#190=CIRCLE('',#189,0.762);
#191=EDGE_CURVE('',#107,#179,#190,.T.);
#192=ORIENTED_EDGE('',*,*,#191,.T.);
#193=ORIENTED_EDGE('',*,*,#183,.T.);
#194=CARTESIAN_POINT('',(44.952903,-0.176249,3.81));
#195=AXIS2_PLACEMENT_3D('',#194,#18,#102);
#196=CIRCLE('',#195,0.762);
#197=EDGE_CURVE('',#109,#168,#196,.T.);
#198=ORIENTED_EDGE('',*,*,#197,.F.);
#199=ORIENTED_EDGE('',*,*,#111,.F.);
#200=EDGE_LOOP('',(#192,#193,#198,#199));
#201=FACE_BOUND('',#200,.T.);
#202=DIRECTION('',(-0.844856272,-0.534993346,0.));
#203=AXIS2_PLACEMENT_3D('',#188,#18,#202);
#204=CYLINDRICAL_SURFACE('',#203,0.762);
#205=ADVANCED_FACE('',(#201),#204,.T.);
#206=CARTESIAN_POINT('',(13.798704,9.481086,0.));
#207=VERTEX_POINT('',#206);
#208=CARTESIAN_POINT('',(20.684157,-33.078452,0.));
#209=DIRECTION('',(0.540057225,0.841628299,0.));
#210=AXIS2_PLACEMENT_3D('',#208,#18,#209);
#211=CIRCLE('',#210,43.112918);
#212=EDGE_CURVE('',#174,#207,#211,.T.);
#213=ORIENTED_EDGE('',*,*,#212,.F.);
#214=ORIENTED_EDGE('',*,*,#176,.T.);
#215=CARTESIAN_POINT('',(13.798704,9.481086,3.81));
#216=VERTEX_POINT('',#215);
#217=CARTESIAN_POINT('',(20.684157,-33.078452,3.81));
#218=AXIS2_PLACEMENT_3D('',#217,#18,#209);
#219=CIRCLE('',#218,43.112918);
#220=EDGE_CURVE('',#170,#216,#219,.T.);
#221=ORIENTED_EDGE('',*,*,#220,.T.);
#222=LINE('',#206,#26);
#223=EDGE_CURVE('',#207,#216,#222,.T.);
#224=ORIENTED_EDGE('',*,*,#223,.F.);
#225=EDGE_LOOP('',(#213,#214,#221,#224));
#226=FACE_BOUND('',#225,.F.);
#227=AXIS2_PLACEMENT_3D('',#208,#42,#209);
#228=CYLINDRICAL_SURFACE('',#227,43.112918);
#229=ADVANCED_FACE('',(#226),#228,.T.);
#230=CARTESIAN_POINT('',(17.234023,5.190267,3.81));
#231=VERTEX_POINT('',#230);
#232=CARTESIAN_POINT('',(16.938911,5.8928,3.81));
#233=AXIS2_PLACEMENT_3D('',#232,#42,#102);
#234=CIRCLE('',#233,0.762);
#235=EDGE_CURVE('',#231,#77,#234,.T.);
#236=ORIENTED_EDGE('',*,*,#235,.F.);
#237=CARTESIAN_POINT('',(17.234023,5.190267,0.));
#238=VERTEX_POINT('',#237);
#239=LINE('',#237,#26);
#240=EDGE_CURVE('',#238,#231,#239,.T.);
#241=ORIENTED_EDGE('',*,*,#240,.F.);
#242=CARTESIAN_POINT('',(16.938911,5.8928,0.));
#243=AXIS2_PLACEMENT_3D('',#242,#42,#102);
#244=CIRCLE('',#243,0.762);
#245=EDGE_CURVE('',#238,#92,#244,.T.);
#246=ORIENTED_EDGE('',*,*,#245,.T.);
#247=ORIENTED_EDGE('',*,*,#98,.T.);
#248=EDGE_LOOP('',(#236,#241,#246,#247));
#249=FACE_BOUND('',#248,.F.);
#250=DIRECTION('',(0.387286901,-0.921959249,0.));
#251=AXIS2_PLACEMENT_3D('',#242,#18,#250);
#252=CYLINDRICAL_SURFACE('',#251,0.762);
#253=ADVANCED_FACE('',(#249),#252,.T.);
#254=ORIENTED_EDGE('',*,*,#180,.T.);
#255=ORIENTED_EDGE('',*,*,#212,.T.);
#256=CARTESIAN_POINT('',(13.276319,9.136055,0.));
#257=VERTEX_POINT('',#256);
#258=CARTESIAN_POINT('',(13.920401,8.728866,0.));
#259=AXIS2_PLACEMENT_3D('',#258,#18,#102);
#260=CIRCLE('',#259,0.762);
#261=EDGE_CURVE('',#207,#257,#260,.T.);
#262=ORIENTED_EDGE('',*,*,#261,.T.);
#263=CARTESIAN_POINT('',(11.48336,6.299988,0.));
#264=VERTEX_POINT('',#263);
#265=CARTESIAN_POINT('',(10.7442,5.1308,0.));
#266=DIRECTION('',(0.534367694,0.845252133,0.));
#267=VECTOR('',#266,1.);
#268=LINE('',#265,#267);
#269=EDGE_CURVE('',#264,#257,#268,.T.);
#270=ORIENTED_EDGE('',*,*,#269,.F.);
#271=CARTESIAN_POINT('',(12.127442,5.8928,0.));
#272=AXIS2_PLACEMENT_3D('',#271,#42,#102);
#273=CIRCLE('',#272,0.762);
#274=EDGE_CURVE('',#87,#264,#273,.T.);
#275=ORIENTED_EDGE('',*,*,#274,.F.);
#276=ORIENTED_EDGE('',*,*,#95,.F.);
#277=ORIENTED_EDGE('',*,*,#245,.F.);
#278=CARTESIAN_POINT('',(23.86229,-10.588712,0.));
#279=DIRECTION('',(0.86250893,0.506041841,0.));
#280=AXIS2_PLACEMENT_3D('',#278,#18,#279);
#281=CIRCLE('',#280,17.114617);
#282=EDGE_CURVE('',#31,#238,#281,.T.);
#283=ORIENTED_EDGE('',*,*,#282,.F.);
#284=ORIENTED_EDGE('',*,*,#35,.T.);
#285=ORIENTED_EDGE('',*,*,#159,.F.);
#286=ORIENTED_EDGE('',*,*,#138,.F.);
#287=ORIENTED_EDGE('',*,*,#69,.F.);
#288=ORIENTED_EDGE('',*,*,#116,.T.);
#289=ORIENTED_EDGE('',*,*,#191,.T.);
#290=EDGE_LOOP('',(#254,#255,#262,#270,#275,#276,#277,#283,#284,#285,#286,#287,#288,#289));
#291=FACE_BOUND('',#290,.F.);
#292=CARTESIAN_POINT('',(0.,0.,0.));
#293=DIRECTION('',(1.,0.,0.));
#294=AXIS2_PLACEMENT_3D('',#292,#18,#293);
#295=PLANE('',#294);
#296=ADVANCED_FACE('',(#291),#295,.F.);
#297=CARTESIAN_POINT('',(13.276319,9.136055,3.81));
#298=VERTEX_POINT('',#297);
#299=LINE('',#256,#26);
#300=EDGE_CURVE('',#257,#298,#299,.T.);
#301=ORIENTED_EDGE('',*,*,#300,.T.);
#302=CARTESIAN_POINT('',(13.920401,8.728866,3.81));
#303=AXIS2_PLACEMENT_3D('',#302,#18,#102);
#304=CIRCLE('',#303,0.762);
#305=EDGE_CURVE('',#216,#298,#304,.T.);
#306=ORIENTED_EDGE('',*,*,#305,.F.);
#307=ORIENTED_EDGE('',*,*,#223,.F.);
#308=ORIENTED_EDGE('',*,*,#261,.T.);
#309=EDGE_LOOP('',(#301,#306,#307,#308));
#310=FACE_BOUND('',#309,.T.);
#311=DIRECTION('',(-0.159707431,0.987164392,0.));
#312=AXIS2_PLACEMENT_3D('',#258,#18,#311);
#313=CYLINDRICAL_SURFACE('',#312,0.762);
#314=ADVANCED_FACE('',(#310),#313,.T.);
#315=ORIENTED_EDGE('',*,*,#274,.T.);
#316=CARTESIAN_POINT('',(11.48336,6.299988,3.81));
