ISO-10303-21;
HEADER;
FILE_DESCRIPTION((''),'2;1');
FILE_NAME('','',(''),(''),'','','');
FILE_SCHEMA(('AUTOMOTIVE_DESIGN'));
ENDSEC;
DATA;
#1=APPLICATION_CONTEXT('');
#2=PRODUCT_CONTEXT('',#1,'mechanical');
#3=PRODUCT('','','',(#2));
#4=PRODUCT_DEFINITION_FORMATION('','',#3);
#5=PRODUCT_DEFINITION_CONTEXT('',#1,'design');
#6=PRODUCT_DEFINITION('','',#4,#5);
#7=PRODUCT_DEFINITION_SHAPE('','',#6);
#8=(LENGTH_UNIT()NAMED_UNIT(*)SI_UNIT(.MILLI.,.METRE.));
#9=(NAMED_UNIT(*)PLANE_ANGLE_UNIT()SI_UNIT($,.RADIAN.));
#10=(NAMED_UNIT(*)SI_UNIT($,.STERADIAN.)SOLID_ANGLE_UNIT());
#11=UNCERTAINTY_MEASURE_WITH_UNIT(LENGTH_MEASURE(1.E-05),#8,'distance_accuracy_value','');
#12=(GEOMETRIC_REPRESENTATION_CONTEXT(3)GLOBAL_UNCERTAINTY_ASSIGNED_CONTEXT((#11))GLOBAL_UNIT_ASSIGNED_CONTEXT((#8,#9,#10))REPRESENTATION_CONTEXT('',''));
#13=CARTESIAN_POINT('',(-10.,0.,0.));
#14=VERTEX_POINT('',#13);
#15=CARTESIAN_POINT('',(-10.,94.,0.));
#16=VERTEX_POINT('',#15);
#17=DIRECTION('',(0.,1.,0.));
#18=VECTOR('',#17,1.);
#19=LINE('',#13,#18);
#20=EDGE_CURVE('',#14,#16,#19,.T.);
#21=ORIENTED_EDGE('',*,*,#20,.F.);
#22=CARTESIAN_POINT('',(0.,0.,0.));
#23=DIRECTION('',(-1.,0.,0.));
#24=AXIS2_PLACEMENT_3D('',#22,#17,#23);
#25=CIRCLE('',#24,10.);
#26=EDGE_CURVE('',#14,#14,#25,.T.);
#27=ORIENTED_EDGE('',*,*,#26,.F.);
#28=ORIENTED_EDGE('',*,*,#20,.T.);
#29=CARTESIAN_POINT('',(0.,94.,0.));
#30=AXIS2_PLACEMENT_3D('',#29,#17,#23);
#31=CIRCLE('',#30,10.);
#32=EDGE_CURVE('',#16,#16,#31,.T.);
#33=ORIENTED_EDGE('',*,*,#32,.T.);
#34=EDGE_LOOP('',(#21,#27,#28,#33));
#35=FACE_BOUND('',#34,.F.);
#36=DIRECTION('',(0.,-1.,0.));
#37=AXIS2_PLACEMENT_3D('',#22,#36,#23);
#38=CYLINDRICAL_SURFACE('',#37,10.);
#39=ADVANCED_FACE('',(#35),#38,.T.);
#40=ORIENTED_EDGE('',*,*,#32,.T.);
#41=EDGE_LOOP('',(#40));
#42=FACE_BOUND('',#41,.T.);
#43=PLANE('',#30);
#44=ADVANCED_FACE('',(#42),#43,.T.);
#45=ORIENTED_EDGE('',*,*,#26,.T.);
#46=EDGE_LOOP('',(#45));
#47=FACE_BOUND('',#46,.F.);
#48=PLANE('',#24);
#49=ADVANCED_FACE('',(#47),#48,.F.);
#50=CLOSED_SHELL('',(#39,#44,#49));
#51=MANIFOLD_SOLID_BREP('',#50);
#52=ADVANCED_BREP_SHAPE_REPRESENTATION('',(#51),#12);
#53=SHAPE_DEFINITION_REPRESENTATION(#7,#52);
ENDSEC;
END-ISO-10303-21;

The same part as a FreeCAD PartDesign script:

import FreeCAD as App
import Part
import Sketcher

doc = App.newDocument("Part")
body = doc.addObject("PartDesign::Body", "Body")

sketch1 = doc.addObject("Sketcher::SketchObject", "Sketch")
body.addObject(sketch1)
sketch1.AttachmentSupport = (doc.XZ_Plane, [""])
sketch1.MapMode = "FlatFace"
sketch1.addGeometry(Part.Circle(App.Vector(0, 0, 0), App.Vector(0, 0, 1), 10), False)
sketch1.addConstraint([
    Sketcher.Constraint("Coincident", 0, 3, -1, 1),
    Sketcher.Constraint("Diameter", 0, 20.0),
])
pad1 = doc.addObject("PartDesign::Pad", "Pad")
body.addObject(pad1)
pad1.Profile = sketch1
pad1.Length = 94
pad1.Reversed = True

doc.recompute()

- [Exercise requirements]
Using the data above, extract exactly the lines from the one that holds "#284=ORIENTED_EDGE('',*,*,#35,.T.);" to the one that holds "#9=(NAMED_UNIT(*)PLANE_ANGLE_UNIT()SI_UNIT($,.RADIAN.));", both ends included, and no others.

- [Solution to the exercise]
#284=ORIENTED_EDGE('',*,*,#35,.T.);
#285=ORIENTED_EDGE('',*,*,#159,.F.);
#286=ORIENTED_EDGE('',*,*,#138,.F.);
#287=ORIENTED_EDGE('',*,*,#69,.F.);
#288=ORIENTED_EDGE('',*,*,#116,.T.);
#289=ORIENTED_EDGE('',*,*,#191,.T.);
#290=EDGE_LOOP('',(#254,#255,#262,#270,#275,#276,#277,#283,#284,#285,#286,#287,#288,#289));
#291=FACE_BOUND('',#290,.F.);
#292=CARTESIAN_POINT('',(0.,0.,0.));
#293=DIRECTION('',(1.,0.,0.));
#294=AXIS2_PLACEMENT_3D('',#292,#18,#293);
#295=PLANE('',#294);
#296=ADVANCED_FACE('',(#291),#295,.F.);
#297=CARTESIAN_POINT('',(13.276319,9.136055,3.81));
#298=VERTEX_POINT('',#297);
#299=LINE('',#256,#26);
#300=EDGE_CURVE('',#257,#298,#299,.T.);
#301=ORIENTED_EDGE('',*,*,#300,.T.);
#302=CARTESIAN_POINT('',(13.920401,8.728866,3.81));
#303=AXIS2_PLACEMENT_3D('',#302,#18,#102);
#304=CIRCLE('',#303,0.762);
#305=EDGE_CURVE('',#216,#298,#304,.T.);
#306=ORIENTED_EDGE('',*,*,#305,.F.);
#307=ORIENTED_EDGE('',*,*,#223,.F.);
#308=ORIENTED_EDGE('',*,*,#261,.T.);
#309=EDGE_LOOP('',(#301,#306,#307,#308));
#310=FACE_BOUND('',#309,.T.);
#311=DIRECTION('',(-0.159707431,0.987164392,0.));
#312=AXIS2_PLACEMENT_3D('',#258,#18,#311);
#313=CYLINDRICAL_SURFACE('',#312,0.762);
#314=ADVANCED_FACE('',(#310),#313,.T.);
#315=ORIENTED_EDGE('',*,*,#274,.T.);
#316=CARTESIAN_POINT('',(11.48336,6.299988,3.81));
ISO-10303-21;
HEADER;
FILE_DESCRIPTION((''),'2;1');
FILE_NAME('','',(''),(''),'','','');
FILE_SCHEMA(('AUTOMOTIVE_DESIGN'));
ENDSEC;
DATA;
#1=APPLICATION_CONTEXT('');
#2=PRODUCT_CONTEXT('',#1,'mechanical');
#3=PRODUCT('','','',(#2));
#4=PRODUCT_DEFINITION_FORMATION('','',#3);
#5=PRODUCT_DEFINITION_CONTEXT('',#1,'design');
#6=PRODUCT_DEFINITION('','',#4,#5);
#7=PRODUCT_DEFINITION_SHAPE('','',#6);
#8=(LENGTH_UNIT()NAMED_UNIT(*)SI_UNIT(.MILLI.,.METRE.));
#9=(NAMED_UNIT(*)PLANE_ANGLE_UNIT()SI_UNIT($,.RADIAN.));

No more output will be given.